This is related to a research problem that is interested in approximation of spheres by convex polytopes.

Let $C_r$ and $C_R$ be two spheres in $\mathbb R^d$ of radius $r$ and $R$, respectively, where $R>r$. WLOG assume they are centered at the origin.

I would like to know the smallest $n$ (or a lower bound on $n$) such that a convex polytope with $n$ facets will fit between $C_r$ and $C_R$, i.e., a polytope $P_n$ such that $C_r \subset P_n \subset C_R$.

This is a generalization of [this question](https://math.stackexchange.com/questions/1273842/regular-n-gon-between-two-concentric-circles) from circles in the plane to spheres of arbitrary dimension. 

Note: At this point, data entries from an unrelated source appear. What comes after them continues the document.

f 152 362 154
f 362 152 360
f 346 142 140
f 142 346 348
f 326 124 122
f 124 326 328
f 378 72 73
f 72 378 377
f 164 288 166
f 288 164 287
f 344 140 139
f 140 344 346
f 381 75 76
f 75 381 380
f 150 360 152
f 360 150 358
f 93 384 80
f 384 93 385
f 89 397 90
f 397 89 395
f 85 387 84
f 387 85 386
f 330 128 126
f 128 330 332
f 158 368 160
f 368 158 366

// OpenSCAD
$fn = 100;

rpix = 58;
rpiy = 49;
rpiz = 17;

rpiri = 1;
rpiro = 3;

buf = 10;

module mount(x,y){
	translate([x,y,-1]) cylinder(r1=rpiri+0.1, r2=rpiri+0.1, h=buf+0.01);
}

Is there a straightforward way to extend the result in $\mathbb R^2$ to $\mathbb R^d$, or do similar results exist already?

**Edit:** Poking around at tangentially-related questions (e.g. [1](https://mathoverflow.net/questions/429633/bounding-the-number-of-facets-of-a-polytope-to-approximate-a-given-convex-shape), [2](https://mathoverflow.net/questions/429332/d-ball-approximation-for-d-gg-1-with-a-convex-hull-of-random-points-on-its-b?rq=1), [3](https://mathoverflow.net/questions/433967/approximating-any-convex-shape-in-mathbbrd-with-a-polytope-having-mathrm?noredirect=1&lq=1)), maybe this is a *lot* harder of a question than I think.

**Edit 2:** I will add that I am also interested in known results for low-dimensions (particularly $\mathbb R^3$), and also if there are any existing methods for constructing such polytopes *ad hoc* in $\mathbb R^d$ for a particular $d$.